投資家が注意すべきビットコインの2つの問題

2月22日の日本経済新聞電子版に2021年2月14日付英フィナンシャル・タイムズ電子版の転載記事「[FT]テスラ、暗号資産投資の愚行」が掲載されました。

要旨としては、ESG(環境・社会・ガバナンス)格付けで「シングルA」を取得しているテスラのような会社が、以下のように環境に悪影響を与えるビットコインに投資するのは愚行ではないかということです。

ビットコインは利息や配当などの定期収益も実用的な使い道もなく、役に立たないと批判されている。そこへもってきて、その取引記録を承認することで新たに発行されたビットコインを報酬としてもらうマイニング(採掘)は、膨大な計算作業を必要とするため驚くほど電気を食う。オランダのエコノミスト、アレックス・デフリース氏はマイニングの消費電力量が世界全体で1年間に78テラワット時になると試算した。

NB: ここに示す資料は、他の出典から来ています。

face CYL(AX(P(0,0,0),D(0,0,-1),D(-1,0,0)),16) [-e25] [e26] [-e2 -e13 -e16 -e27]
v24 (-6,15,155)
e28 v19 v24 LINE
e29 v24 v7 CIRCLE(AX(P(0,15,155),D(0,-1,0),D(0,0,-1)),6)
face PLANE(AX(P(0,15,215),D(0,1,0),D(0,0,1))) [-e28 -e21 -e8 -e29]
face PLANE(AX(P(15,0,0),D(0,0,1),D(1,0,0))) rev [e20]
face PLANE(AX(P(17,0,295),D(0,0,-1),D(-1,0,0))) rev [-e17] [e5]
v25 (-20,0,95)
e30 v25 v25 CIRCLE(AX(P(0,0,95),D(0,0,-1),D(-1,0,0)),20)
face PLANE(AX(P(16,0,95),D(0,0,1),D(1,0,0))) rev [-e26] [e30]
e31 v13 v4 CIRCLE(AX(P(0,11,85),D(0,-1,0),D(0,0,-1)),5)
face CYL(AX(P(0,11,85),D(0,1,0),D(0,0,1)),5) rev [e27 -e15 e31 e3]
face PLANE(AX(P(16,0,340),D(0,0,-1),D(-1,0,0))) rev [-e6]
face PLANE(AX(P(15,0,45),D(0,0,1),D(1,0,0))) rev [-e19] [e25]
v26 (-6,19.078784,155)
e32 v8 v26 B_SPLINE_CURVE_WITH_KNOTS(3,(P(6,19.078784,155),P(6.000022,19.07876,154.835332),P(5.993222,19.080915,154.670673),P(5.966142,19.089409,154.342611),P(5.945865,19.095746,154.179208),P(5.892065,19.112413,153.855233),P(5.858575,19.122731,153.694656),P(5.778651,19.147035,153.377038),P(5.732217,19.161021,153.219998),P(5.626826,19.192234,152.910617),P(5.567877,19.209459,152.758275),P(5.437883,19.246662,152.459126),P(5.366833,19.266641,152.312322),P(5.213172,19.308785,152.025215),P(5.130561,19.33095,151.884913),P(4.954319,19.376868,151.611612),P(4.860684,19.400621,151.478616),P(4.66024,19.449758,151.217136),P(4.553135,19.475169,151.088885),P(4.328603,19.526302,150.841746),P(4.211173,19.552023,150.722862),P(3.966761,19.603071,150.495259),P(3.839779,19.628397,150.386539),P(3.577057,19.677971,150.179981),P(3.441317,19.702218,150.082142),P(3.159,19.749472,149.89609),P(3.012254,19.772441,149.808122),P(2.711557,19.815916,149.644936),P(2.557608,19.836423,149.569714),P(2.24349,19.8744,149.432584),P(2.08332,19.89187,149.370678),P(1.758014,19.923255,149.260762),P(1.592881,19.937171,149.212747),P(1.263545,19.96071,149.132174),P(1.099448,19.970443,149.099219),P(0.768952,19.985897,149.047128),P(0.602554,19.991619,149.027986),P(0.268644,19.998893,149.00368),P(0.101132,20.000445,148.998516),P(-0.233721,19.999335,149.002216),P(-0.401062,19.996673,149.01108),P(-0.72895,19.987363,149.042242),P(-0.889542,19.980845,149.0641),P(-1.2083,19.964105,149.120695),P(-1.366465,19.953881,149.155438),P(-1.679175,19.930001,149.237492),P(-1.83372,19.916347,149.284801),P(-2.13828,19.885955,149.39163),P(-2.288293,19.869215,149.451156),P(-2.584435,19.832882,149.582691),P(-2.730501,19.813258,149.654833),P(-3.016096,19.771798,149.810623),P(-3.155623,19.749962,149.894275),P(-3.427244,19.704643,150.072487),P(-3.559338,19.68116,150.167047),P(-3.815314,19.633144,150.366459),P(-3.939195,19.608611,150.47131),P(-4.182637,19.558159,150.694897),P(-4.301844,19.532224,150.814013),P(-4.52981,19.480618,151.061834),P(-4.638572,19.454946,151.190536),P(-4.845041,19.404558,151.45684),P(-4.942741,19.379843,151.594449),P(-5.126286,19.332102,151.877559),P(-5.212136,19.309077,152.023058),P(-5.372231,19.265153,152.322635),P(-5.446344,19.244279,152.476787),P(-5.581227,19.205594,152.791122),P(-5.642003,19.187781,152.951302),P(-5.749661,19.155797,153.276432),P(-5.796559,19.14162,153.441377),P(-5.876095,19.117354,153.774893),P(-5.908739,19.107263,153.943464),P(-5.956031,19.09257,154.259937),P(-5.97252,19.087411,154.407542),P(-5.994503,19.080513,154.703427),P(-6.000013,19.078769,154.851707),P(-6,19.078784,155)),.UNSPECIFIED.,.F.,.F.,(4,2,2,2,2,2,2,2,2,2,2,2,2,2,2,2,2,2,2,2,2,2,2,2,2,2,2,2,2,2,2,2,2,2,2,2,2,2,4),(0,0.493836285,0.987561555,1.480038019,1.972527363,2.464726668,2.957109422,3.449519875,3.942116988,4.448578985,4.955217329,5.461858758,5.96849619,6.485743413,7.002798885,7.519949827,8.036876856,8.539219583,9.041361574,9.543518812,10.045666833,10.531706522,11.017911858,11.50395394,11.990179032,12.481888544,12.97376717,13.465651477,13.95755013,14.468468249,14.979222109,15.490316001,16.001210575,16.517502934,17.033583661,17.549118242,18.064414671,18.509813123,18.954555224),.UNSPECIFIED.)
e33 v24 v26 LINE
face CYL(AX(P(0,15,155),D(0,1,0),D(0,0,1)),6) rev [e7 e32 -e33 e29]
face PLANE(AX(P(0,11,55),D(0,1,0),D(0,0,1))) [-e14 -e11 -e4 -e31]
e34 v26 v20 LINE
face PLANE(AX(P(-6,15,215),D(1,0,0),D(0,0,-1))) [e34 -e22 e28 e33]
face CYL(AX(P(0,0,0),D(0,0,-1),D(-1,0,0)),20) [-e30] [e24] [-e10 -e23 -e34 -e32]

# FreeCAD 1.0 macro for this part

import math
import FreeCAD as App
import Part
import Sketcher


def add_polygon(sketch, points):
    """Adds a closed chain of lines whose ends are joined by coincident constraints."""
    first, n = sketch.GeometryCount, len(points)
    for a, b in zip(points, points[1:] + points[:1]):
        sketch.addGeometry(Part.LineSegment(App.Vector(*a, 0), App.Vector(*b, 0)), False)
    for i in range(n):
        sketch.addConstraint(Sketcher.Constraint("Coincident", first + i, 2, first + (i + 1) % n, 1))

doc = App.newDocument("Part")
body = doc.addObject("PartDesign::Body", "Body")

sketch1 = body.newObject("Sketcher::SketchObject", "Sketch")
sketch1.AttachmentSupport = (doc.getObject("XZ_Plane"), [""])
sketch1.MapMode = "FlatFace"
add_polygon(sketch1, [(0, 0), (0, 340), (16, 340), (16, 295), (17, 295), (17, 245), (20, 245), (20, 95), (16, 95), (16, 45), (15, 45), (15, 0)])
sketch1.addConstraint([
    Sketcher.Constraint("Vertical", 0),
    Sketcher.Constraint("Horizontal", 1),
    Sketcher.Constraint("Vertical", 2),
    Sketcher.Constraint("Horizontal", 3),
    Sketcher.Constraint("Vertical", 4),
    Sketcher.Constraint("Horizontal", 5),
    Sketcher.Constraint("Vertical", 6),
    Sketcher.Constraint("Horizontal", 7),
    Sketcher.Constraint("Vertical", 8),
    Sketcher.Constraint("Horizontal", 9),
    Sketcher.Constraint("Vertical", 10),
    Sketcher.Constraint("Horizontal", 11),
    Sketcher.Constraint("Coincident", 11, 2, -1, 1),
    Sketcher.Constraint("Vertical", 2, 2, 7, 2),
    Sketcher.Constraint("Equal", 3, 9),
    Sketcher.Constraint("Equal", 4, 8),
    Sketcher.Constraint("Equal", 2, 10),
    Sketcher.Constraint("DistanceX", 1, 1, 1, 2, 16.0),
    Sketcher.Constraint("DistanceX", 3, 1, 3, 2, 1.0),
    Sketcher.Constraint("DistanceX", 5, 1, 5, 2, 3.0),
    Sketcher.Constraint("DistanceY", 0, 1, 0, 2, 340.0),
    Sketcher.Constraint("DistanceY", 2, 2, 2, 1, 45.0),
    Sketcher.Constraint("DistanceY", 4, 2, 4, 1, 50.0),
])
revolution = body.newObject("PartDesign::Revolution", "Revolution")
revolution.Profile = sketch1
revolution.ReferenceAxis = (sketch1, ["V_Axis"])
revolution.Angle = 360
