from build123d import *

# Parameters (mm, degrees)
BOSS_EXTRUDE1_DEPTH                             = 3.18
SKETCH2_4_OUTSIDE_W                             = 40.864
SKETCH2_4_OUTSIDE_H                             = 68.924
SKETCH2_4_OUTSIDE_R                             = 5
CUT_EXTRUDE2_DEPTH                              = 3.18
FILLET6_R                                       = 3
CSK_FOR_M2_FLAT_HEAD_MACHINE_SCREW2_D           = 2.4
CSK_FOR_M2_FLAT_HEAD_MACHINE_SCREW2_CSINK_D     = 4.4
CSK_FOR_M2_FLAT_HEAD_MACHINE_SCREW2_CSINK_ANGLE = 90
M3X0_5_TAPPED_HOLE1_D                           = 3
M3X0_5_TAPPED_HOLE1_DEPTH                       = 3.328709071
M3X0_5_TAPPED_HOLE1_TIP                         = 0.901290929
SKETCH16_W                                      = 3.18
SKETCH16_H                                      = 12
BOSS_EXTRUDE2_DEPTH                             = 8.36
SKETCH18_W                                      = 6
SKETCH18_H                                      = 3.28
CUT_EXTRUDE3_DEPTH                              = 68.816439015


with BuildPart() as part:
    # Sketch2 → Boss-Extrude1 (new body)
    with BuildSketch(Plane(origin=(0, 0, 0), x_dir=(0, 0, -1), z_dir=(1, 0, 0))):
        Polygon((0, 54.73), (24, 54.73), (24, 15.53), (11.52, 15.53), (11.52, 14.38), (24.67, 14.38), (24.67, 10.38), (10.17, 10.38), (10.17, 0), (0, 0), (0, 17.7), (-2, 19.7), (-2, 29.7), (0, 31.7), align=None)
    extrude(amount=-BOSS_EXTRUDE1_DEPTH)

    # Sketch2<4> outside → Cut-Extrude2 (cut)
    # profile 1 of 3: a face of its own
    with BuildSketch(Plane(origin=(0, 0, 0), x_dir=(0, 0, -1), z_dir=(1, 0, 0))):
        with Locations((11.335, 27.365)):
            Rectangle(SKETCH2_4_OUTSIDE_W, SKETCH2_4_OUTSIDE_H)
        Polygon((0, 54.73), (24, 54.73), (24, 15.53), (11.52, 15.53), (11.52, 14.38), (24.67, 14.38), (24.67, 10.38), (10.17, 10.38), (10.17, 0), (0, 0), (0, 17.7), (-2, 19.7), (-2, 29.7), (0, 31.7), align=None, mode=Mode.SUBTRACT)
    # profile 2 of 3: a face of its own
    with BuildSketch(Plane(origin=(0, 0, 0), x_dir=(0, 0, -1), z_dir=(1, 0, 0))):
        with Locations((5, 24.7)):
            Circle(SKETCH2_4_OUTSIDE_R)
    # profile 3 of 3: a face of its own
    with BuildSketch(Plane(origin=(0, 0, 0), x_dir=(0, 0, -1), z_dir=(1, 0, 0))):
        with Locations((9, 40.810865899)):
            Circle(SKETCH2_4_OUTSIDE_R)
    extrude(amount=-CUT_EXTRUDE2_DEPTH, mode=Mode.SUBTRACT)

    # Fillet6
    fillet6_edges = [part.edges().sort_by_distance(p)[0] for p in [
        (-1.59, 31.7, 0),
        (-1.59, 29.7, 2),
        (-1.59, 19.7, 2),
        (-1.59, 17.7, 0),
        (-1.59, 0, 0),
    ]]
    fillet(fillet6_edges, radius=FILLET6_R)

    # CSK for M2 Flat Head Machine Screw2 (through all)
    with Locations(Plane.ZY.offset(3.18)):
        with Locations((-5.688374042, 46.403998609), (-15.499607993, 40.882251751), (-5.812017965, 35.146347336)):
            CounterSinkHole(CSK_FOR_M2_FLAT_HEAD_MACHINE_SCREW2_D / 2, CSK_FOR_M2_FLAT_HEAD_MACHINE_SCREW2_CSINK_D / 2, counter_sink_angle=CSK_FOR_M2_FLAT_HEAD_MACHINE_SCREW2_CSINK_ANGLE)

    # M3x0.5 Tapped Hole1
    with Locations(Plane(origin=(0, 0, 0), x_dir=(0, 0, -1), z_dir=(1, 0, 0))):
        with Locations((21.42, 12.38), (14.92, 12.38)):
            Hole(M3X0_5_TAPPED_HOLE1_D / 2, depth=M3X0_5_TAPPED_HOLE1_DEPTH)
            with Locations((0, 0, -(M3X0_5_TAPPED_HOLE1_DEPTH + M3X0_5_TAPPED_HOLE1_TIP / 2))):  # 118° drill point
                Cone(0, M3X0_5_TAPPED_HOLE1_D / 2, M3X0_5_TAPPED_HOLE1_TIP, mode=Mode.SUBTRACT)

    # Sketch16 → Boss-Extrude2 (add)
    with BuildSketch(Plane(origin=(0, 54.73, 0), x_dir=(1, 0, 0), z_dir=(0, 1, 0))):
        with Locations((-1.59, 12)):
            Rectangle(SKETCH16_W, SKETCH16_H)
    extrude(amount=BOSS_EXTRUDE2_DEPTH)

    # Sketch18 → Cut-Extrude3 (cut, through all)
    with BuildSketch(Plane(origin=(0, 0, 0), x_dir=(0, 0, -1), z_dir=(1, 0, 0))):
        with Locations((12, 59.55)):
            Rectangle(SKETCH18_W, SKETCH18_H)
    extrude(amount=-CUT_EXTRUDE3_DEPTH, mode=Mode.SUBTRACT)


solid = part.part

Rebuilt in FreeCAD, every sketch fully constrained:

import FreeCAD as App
import Part
import Sketcher


def edges_at(feature, points):
    """Names of the edges that pass closest to the given points."""
    edges = feature.Shape.Edges
    near = lambda p: min(range(len(edges)), key=lambda i: edges[i].distToShape(Part.Vertex(*p))[0])
    return sorted({f"Edge{near(p) + 1}" for p in points})

doc = App.newDocument("Part")
body = doc.addObject("PartDesign::Body", "Body")

sketch1 = doc.addObject("Sketcher::SketchObject", "Sketch")
body.addObject(sketch1)
sketch1.AttachmentSupport = (doc.YZ_Plane, [""])
sketch1.MapMode = "FlatFace"
sketch1.addGeometry([
    Part.LineSegment(App.Vector(54.7, -24, 0), App.Vector(54.7, 0, 0)),
    Part.LineSegment(App.Vector(54.7, 0, 0), App.Vector(31.7, 0, 0)),
    Part.LineSegment(App.Vector(31.7, 0, 0), App.Vector(29.7, 2, 0)),
    Part.LineSegment(App.Vector(29.7, 2, 0), App.Vector(19.7, 2, 0)),
    Part.LineSegment(App.Vector(19.7, 2, 0), App.Vector(17.7, 0, 0)),
    Part.LineSegment(App.Vector(17.7, 0, 0), App.Vector(0, 0, 0)),
    Part.LineSegment(App.Vector(0, 0, 0), App.Vector(0, -10.2, 0)),
    Part.LineSegment(App.Vector(0, -10.2, 0), App.Vector(10.4, -10.2, 0)),
    Part.LineSegment(App.Vector(10.4, -10.2, 0), App.Vector(10.4, -24.7, 0)),
    Part.LineSegment(App.Vector(10.4, -24.7, 0), App.Vector(14.4, -24.7, 0)),
    Part.LineSegment(App.Vector(14.4, -24.7, 0), App.Vector(14.4, -11.5, 0)),
    Part.LineSegment(App.Vector(14.4, -11.5, 0), App.Vector(15.5, -11.5, 0)),
    Part.LineSegment(App.Vector(15.5, -11.5, 0), App.Vector(15.5, -24, 0)),
    Part.LineSegment(App.Vector(15.5, -24, 0), App.Vector(54.7, -24, 0)),
], False)
sketch1.addConstraint([
    Sketcher.Constraint("Coincident", 0, 2, 1, 1),
    Sketcher.Constraint("Coincident", 1, 2, 2, 1),
    Sketcher.Constraint("Coincident", 2, 2, 3, 1),
    Sketcher.Constraint("Coincident", 3, 2, 4, 1),
    Sketcher.Constraint("Coincident", 4, 2, 5, 1),
    Sketcher.Constraint("Coincident", 5, 2, 6, 1),
    Sketcher.Constraint("Coincident", 6, 2, 7, 1),
    Sketcher.Constraint("Coincident", 7, 2, 8, 1),
    Sketcher.Constraint("Coincident", 8, 2, 9, 1),
    Sketcher.Constraint("Coincident", 9, 2, 10, 1),
    Sketcher.Constraint("Coincident", 10, 2, 11, 1),
    Sketcher.Constraint("Coincident", 11, 2, 12, 1),
    Sketcher.Constraint("Coincident", 12, 2, 13, 1),
    Sketcher.Constraint("Coincident", 13, 2, 0, 1),
    Sketcher.Constraint("Vertical", 0),
    Sketcher.Constraint("Horizontal", 1),
    Sketcher.Constraint("Horizontal", 3),
    Sketcher.Constraint("Horizontal", 5),
    Sketcher.Constraint("Vertical", 6),
    Sketcher.Constraint("Horizontal", 7),
    Sketcher.Constraint("Vertical", 8),
    Sketcher.Constraint("Horizontal", 9),
    Sketcher.Constraint("Vertical", 10),
    Sketcher.Constraint("Horizontal", 11),
    Sketcher.Constraint("Vertical", 12),
    Sketcher.Constraint("Horizontal", 13),
    Sketcher.Constraint("Coincident", 5, 2, -1, 1),
    Sketcher.Constraint("PointOnObject", 0, 2, -1),
    Sketcher.Constraint("Perpendicular", 2, 4),
    Sketcher.Constraint("Equal", 2, 4),
    Sketcher.Constraint("DistanceX", 3, 2, 3, 1, 10.0),
    Sketcher.Constraint("DistanceX", 9, 1, 9, 2, 4.0),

これは人口約2000万人の南米チリの年間消費量に等しい。ビットコイン1回の取引ではビザカードで43万6000回決済するのと同じ量の電力を使う。

出所:日経新聞

「仮想通貨の人気と環境保護は相入れそうにない。」とこの記事は主張しています。

ただ、ビットコインへの投資家が注意すべきはこの環境問題だけではありません。

米国のバロンズ紙は2月21日付けの「Bitcoin Mining Is Big in China. Why Investors Should Worry」という記事の中で、ビットコインに投資することは倫理的な問題をかかえることになると指摘しています。

大量の新規ビットコインは、中国北西部の新疆ウイグル族のイスラム教徒やその他の少数民族が強制収容所に収監されている地域から来ている。ケンブリッジ・ビットコイン電力消費量指数によると、2020年4月時点で、中国はビットコインの全マイニングの65%を担っており、そのうち36%が新疆で行われている。新疆では石炭が豊富に供給されており、他の地方よりはるかに安くマイニングができるからである。

出所:バロンズ紙記事を意訳

新規のビットコインの約20%が新疆で採掘されており、そこは世界で最もひどい人権侵害が行われている場所だということ、ビットコインの投資家はこの事実がもたらす問題に注意を払うべきというのが、同記事の主張です。

指摘している具体的なリスクは2つ。ひとつめは、米国民の間で新疆の人権侵害への懸念があるため、同地域に関連する資産を保有することは、広報上の問題が発生するリスクがあること。

ふたつめは、米国政府により規制がかけられる可能性があることです。ビットコインの新疆とのつながりは、中国製品への米国の依存度を下げようとしている米国政府に警戒感をもたせるには十分です。

財務省は新疆で大規模な事業を展開しているビットコインの採掘会社に制裁を加えたり、地域へのビットコインのリンクを「研究」しているとの勧告を出したり、グローバルな金融機関に暗号通貨を保有するもう一つのリスクを警告したりする可能性がある。

特定のビットコインの地理的な出所を特定するのは非常に複雑な作業を要する困難なものだそうです。ですから、ビットコインを保有しているからといって即それが人権侵害に加担していることにはなりませんが、関わり合いが全くないと否定することもできません。汚名を着せられるリスクがあることは、機関投資家にとっては大きな問題でしょう。

バロンズはこのような言葉で記事を締めくくっています。

権力を分散させるために開発されたビットコインが、中央集権に固執する政府に支配されている中国のような国に依存することは、長い間ひとつの皮肉として受け取られてきた。
しかし、中国に依存することと、新疆に依存するのは別物だ。
ビットコインを買わない理由としては、倫理的にも規制的にも優れた理由がたくさんあるが、そのリストに新疆を追加する。